> EXERCISE DETAILS: Can you return the records below exactly as they stand, but only from the first line through the one with "v 1.137 0 -10.819"?

Stored items
========================================================================

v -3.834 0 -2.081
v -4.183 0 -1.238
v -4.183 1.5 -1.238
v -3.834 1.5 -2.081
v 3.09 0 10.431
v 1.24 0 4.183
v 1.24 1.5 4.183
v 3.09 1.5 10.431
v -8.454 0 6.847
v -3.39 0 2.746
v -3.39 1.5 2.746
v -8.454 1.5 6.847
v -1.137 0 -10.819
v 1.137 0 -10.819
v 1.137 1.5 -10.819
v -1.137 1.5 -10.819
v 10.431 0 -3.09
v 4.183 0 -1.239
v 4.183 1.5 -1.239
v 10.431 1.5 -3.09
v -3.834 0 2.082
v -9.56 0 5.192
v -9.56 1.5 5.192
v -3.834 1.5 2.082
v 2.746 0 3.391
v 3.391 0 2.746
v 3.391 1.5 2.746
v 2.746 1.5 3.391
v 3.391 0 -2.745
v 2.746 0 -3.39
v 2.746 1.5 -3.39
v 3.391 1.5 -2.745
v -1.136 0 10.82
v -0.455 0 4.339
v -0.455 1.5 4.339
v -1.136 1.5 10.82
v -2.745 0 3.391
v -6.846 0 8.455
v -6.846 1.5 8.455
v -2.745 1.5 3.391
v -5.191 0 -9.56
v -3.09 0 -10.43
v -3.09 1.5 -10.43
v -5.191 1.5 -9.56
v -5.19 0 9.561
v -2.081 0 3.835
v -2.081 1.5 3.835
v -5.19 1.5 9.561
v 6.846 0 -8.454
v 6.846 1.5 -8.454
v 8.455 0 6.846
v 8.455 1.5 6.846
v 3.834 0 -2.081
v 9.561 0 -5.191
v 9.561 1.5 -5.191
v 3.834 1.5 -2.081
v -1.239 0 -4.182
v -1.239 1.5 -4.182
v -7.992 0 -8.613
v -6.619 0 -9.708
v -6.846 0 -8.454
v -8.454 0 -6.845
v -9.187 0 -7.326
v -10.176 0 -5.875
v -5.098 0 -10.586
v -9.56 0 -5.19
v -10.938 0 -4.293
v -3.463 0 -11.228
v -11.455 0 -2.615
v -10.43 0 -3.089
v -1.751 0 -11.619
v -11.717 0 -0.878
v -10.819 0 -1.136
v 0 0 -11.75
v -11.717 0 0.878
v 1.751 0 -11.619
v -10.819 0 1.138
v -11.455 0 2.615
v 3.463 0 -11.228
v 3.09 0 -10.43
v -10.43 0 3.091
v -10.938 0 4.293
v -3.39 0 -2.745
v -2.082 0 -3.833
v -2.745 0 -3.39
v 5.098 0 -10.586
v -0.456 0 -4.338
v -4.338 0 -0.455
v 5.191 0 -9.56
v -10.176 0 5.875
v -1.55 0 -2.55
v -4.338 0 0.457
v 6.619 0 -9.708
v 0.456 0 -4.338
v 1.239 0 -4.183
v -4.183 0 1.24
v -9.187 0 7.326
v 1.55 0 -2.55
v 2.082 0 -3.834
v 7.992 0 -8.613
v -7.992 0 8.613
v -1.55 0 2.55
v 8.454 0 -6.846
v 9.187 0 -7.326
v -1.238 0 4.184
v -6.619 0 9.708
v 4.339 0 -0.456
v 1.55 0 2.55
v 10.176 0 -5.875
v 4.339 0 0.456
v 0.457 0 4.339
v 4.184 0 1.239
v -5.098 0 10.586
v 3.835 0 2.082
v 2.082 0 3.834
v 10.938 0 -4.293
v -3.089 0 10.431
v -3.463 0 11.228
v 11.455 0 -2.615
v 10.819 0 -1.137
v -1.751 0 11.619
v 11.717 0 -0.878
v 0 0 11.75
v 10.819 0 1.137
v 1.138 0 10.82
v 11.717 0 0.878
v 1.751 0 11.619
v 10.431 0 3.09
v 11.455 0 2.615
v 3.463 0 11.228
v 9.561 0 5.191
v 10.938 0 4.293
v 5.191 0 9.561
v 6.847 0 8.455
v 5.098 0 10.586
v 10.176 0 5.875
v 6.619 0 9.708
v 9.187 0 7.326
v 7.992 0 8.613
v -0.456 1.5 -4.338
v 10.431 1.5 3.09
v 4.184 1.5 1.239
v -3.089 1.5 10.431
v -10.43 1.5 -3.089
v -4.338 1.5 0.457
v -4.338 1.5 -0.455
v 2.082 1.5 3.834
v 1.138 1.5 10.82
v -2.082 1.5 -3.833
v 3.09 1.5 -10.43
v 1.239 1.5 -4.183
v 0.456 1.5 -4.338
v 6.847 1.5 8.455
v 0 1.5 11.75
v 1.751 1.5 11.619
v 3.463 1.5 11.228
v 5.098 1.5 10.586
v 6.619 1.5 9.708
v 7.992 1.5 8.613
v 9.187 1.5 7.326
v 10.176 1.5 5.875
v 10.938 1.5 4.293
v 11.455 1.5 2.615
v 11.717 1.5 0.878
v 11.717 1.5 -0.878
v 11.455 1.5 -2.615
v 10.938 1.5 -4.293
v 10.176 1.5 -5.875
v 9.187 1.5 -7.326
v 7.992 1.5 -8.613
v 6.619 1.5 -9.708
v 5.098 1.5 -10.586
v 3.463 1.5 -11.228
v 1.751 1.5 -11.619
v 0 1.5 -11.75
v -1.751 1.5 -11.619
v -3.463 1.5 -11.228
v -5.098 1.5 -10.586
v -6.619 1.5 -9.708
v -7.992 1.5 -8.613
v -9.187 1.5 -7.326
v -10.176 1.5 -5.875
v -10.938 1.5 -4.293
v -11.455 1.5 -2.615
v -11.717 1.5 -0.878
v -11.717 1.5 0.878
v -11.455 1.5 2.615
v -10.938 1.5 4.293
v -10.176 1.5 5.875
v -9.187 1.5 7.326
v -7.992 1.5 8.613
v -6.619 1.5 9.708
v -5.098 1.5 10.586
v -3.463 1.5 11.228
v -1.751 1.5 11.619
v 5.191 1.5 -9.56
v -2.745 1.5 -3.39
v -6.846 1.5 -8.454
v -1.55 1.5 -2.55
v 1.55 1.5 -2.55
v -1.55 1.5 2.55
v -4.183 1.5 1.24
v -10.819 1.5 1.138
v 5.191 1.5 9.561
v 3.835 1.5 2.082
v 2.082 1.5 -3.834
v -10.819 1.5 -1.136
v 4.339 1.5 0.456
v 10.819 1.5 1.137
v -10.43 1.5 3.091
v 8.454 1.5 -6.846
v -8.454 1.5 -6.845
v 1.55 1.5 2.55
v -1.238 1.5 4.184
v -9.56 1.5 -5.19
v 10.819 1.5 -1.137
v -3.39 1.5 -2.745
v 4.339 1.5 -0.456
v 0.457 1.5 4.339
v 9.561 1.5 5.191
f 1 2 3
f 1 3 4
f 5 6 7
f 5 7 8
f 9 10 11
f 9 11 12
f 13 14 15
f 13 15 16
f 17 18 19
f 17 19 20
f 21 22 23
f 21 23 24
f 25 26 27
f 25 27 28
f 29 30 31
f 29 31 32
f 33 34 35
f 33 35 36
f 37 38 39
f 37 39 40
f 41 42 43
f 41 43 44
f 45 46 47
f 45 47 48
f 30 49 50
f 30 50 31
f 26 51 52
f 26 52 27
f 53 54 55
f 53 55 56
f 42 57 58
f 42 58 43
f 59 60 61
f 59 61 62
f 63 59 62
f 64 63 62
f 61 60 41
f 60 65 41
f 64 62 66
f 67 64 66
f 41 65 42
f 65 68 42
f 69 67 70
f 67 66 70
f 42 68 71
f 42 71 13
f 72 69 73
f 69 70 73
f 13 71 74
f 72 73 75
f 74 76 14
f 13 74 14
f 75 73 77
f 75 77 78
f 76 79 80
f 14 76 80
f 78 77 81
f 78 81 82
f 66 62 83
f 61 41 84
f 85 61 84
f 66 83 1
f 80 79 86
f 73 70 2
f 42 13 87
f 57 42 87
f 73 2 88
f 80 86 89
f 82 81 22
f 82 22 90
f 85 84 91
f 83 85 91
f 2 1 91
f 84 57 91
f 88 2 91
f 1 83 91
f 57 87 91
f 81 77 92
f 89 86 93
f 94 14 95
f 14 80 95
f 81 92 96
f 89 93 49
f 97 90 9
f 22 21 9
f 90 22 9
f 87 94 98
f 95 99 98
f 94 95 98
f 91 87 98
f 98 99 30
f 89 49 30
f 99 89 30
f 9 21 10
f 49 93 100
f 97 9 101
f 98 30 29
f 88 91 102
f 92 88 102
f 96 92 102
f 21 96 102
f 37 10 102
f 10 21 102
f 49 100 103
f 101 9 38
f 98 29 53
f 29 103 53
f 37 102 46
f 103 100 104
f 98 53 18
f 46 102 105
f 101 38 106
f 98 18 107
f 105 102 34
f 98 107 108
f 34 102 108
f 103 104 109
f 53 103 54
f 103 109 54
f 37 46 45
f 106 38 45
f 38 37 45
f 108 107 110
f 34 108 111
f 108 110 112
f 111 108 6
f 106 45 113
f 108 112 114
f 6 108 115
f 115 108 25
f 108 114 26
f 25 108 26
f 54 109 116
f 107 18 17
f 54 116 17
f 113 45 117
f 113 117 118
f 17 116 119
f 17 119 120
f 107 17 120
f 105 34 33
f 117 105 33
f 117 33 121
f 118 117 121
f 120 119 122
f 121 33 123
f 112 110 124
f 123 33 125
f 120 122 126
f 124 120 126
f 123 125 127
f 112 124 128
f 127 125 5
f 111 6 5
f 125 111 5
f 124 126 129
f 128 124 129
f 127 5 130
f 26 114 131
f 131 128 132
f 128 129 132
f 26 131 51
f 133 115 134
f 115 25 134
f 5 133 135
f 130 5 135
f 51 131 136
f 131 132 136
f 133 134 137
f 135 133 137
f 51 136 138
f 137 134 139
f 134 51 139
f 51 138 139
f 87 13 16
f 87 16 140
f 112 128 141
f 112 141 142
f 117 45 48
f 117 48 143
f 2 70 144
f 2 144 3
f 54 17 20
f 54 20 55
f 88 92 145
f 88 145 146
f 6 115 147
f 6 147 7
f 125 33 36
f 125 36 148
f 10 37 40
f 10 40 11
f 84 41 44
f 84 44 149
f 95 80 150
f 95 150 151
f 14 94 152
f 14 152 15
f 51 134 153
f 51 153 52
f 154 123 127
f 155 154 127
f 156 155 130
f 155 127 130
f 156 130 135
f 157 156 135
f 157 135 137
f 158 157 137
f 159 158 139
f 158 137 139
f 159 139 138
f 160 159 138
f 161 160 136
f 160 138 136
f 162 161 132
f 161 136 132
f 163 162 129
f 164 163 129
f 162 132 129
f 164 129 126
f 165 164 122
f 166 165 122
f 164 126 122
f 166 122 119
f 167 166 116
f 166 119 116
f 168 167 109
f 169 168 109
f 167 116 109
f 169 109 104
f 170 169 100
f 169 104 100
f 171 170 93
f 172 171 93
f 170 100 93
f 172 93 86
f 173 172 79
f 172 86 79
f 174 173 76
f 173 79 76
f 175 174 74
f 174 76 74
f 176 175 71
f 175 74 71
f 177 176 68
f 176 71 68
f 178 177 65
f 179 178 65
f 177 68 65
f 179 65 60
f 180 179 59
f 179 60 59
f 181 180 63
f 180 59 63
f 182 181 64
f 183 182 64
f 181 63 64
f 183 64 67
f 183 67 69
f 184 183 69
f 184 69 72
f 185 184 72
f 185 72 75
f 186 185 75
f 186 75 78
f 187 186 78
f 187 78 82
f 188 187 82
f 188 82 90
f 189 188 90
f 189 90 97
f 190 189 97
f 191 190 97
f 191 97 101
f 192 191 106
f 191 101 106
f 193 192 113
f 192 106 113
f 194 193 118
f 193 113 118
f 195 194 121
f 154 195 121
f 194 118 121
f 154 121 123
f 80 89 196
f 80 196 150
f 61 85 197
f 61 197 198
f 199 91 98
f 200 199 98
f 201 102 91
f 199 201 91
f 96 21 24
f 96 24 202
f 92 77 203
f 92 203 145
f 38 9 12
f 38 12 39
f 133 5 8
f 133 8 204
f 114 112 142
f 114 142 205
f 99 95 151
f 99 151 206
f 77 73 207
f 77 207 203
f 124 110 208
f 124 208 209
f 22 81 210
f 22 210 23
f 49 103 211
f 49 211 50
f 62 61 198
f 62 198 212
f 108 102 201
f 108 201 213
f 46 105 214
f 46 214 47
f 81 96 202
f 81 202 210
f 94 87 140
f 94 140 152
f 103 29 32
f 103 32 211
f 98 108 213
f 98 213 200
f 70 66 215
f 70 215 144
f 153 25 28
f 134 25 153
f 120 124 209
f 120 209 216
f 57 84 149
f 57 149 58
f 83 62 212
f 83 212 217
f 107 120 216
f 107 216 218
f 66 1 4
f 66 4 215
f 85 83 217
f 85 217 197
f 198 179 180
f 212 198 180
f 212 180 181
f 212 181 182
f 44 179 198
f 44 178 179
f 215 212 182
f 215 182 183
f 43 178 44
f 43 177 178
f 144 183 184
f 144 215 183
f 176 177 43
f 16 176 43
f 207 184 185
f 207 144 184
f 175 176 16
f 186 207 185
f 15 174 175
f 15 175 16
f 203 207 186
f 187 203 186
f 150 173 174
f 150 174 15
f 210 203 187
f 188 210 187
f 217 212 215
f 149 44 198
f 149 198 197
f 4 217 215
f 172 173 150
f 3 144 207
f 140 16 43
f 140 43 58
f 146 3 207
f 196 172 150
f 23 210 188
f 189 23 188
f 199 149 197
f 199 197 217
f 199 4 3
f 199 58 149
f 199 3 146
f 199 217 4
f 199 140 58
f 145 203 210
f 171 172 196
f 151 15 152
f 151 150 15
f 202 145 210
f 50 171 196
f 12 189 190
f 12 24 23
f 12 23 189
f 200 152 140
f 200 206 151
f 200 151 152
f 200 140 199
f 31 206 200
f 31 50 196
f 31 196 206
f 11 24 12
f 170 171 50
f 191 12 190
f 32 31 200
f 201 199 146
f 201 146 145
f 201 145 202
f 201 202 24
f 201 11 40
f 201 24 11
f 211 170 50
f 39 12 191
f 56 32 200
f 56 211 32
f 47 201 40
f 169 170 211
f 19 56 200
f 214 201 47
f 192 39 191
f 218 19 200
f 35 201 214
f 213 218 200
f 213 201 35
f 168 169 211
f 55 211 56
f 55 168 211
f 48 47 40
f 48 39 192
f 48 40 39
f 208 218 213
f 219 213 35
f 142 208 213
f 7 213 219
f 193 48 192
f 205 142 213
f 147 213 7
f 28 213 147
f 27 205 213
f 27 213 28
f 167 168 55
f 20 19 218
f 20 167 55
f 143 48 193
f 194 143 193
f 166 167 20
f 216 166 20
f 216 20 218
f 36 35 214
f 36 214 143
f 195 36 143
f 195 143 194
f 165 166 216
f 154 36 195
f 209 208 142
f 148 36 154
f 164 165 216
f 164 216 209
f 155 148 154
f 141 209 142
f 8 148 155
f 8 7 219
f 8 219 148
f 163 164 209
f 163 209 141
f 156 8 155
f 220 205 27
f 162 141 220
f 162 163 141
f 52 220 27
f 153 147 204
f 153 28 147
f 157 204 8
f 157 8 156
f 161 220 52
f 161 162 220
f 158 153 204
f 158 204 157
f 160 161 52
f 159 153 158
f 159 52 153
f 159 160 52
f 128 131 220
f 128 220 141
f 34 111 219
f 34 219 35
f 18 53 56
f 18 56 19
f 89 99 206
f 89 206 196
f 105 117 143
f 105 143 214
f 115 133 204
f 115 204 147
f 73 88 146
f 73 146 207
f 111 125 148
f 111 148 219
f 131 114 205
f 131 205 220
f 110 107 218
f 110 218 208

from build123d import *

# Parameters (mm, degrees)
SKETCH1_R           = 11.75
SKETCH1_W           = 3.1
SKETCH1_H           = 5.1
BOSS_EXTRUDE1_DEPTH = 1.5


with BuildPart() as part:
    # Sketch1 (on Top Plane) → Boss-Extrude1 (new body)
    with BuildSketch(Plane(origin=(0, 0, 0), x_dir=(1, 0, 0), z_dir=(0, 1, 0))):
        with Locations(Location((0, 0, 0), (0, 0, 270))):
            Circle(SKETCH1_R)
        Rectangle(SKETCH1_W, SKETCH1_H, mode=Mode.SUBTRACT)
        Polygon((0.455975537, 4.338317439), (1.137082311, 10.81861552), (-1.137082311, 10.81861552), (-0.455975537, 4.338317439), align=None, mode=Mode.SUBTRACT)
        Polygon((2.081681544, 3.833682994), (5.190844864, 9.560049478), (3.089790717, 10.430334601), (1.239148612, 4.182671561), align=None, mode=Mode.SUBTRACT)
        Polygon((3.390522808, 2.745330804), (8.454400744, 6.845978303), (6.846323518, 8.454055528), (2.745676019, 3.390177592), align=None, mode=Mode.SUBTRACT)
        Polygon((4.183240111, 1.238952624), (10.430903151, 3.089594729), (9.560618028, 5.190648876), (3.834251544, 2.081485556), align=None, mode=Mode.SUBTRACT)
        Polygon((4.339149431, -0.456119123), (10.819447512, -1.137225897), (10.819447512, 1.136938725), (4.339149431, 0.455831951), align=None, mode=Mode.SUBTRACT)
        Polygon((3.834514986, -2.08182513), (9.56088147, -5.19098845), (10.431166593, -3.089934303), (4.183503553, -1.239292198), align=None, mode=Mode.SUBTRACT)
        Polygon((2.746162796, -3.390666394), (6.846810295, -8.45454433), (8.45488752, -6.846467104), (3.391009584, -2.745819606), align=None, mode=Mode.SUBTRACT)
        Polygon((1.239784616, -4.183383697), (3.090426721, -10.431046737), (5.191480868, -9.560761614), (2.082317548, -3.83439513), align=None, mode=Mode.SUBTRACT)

========================================================================

> YOUR SOLUTION:
v -3.834 0 -2.081
v -4.183 0 -1.238
v -4.183 1.5 -1.238
v -3.834 1.5 -2.081
v 3.09 0 10.431
v 1.24 0 4.183
v 1.24 1.5 4.183
v 3.09 1.5 10.431
v -8.454 0 6.847
v -3.39 0 2.746
v -3.39 1.5 2.746
v -8.454 1.5 6.847
v -1.137 0 -10.819
v 1.137 0 -10.819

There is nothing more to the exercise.